Metastatic NSCLC: Why and How to Standardize Biomarker Testing
—This study demonstrated that implementing a standardized approach to biomarker testing, including provider education, EHR templates, and order sets, increased comprehensive biomarker testing rates in a community oncology practice setting.
Optimizing treatment for metastatic non-small cell lung cancer (mNSCLC) hinges on comprehensive biomarker testing. Yet, achieving optimal testing rates remains a persistent challenge in many settings. Biomarker testing, which identifies specific genetic alterations in tumors, is crucial for guiding targeted therapy decisions in this patient population. National Comprehensive Cancer Network (NCCN) guidelines strongly recommend comprehensive biomarker testing, including both PD-L1 immunohistochemistry and comprehensive genomic profiling (CGP), for all patients with mNSCLC.1 However, research suggests testing rates often fall short of these guidelines.2
In a recent study published in the Journal of Oncology Practice, David Waterhouse, MD, MPH, and colleagues investigated this disparity by implementing a program to standardize comprehensive biomarker testing in a large community oncology practice. The year-long initiative resulted in a significant increase in testing rates, highlighting the potential of standardized protocols to improve patient care in real-world settings.3
“The primary goal was to increase comprehensive biomarker testing rates in patients with newly diagnosed metastatic lung cancer by creating a New Patient mNSCLC EHR template and accompanying mNSCLC Order Set,” stated the authors.3
Multi-faceted intervention strategy
The authors employed a Plan-Do-Study-Act methodology targeting patients who were 18 years or older and newly diagnosed with mNSCLC over a 1-year period from September 1, 2021, though August 31, 2022, to which all physicians in the Oncology Hematology Care group agreed. After exclusions, a total of 316 patients were included in the study.3
Cycle 1: Education and Streamlining Processes
- Provider education: The team conducted targeted educational sessions for healthcare providers, emphasizing the importance of comprehensive biomarker testing in managing mNSCLC.

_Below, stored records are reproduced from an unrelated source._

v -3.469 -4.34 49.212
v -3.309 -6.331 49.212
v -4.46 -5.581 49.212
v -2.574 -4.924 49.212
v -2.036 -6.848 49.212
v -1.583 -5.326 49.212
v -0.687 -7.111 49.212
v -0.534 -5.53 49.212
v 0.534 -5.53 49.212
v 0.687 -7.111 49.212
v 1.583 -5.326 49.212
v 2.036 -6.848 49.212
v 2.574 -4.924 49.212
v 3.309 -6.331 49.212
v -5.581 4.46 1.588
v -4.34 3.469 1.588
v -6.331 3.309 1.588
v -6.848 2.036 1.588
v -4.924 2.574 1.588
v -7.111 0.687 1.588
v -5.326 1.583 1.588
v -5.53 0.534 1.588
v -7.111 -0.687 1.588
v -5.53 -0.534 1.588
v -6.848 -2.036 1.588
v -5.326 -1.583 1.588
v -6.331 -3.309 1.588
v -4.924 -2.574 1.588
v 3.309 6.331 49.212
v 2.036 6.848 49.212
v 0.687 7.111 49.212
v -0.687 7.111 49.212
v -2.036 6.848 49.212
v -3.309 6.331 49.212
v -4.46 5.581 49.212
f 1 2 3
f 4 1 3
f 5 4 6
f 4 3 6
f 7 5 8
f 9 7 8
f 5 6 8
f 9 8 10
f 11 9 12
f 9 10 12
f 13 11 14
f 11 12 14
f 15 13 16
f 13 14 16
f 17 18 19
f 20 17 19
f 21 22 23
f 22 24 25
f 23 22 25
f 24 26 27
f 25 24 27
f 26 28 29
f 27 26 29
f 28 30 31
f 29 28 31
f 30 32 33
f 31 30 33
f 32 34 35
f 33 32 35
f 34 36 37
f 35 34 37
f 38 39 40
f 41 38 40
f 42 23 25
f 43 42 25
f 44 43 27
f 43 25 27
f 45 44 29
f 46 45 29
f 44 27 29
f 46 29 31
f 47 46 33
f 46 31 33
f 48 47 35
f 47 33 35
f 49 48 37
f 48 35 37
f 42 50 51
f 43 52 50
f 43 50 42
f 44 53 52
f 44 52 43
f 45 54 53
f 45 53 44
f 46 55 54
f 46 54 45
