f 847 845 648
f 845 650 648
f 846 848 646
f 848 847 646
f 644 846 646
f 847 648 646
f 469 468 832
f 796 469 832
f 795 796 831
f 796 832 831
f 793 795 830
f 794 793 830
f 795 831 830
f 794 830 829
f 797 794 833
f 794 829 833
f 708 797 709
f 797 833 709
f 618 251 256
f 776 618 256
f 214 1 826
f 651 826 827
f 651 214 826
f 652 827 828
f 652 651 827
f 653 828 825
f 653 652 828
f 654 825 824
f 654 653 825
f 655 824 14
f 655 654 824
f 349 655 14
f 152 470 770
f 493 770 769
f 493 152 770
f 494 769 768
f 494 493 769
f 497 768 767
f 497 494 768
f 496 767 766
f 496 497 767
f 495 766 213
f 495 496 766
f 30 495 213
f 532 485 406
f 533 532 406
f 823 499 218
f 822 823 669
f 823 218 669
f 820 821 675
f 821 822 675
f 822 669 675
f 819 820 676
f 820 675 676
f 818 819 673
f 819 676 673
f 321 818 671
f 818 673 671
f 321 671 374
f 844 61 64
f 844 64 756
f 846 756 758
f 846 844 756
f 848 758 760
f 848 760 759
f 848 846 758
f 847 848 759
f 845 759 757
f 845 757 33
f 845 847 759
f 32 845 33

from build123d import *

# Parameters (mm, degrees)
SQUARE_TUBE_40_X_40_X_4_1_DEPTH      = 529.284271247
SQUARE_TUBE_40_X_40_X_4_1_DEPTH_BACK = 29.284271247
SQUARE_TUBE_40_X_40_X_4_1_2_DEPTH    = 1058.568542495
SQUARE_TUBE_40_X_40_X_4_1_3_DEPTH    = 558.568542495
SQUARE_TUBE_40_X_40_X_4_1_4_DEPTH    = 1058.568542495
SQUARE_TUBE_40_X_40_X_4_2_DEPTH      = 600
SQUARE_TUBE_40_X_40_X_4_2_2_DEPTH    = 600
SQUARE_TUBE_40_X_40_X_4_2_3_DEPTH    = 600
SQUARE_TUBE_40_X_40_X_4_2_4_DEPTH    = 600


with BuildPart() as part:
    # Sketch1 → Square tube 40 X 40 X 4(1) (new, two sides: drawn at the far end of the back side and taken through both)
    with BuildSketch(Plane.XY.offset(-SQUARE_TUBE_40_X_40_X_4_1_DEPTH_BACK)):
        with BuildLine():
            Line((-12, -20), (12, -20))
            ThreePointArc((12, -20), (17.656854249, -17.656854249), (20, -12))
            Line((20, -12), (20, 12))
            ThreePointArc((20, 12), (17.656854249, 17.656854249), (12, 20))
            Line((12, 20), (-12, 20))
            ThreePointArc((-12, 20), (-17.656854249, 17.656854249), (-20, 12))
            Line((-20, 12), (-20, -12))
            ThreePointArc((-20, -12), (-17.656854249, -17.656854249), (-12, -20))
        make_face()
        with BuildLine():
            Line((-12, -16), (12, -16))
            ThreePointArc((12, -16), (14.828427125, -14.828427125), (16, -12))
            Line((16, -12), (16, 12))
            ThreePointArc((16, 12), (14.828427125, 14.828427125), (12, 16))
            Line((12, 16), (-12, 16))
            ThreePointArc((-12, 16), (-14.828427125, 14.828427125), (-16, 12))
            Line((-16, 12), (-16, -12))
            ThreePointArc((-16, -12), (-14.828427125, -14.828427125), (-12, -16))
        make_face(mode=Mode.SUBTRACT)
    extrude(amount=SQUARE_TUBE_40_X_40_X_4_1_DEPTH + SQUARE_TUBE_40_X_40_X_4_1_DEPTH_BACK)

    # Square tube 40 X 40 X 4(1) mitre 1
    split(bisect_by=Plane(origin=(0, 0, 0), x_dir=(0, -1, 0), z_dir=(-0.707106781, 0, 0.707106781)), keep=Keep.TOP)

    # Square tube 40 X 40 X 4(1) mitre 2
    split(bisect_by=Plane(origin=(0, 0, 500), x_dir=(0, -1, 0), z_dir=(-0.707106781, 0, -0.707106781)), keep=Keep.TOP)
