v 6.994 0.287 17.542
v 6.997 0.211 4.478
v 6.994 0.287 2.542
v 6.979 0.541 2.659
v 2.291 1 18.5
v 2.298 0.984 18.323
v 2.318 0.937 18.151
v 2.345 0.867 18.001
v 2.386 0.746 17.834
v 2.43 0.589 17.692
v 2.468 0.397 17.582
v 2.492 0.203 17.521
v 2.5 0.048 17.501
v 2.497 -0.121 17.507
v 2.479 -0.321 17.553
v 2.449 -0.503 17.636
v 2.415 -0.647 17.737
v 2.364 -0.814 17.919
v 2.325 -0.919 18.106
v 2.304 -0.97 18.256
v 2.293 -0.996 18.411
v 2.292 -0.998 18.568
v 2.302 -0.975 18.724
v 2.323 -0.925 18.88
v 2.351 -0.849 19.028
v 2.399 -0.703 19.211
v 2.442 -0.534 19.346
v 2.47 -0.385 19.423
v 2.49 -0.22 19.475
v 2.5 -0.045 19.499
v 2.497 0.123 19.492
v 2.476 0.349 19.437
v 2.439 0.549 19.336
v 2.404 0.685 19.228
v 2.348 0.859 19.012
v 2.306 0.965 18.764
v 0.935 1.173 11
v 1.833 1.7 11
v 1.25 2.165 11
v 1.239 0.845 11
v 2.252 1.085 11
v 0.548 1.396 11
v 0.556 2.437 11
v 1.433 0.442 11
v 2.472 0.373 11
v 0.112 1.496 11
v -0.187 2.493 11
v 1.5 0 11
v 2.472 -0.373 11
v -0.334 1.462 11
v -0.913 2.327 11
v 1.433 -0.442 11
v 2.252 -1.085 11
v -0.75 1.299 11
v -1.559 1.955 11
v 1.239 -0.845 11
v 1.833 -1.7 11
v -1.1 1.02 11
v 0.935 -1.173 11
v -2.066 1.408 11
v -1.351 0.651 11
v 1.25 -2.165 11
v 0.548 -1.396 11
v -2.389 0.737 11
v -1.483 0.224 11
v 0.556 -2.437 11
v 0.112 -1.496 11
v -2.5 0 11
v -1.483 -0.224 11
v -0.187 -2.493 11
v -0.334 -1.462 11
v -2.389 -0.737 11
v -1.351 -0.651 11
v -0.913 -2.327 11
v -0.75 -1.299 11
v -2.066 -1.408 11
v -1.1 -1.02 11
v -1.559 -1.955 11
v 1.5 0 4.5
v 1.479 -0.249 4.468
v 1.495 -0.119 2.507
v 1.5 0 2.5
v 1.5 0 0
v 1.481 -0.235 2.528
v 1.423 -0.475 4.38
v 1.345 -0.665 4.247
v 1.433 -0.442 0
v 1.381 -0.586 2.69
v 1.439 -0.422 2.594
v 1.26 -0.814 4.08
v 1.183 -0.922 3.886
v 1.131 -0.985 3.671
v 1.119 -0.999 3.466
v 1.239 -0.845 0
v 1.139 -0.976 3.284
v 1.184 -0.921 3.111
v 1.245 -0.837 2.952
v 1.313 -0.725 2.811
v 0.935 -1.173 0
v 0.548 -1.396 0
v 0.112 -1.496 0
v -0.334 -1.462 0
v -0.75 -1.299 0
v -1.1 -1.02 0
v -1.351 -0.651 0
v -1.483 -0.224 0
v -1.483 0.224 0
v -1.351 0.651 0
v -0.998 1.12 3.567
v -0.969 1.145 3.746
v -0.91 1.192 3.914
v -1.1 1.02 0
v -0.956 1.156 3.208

- Standardized workflows: An EHR template specifically designed for the initial mNSCLC consultation was created. This template included prompts and reminders for ordering comprehensive biomarker testing, ensuring a consistent approach.
- Workflow monitoring: The team actively monitored workflow processes to identify and address any roadblocks that might impede testing completion.
Cycle 2: Refining the Approach
- Improving cancer staging: Efforts focused on ensuring complete and accurate cancer staging (TNM classification) alongside biomarker testing, as researchers had observed poor or inaccurate disease staging during cycle 1.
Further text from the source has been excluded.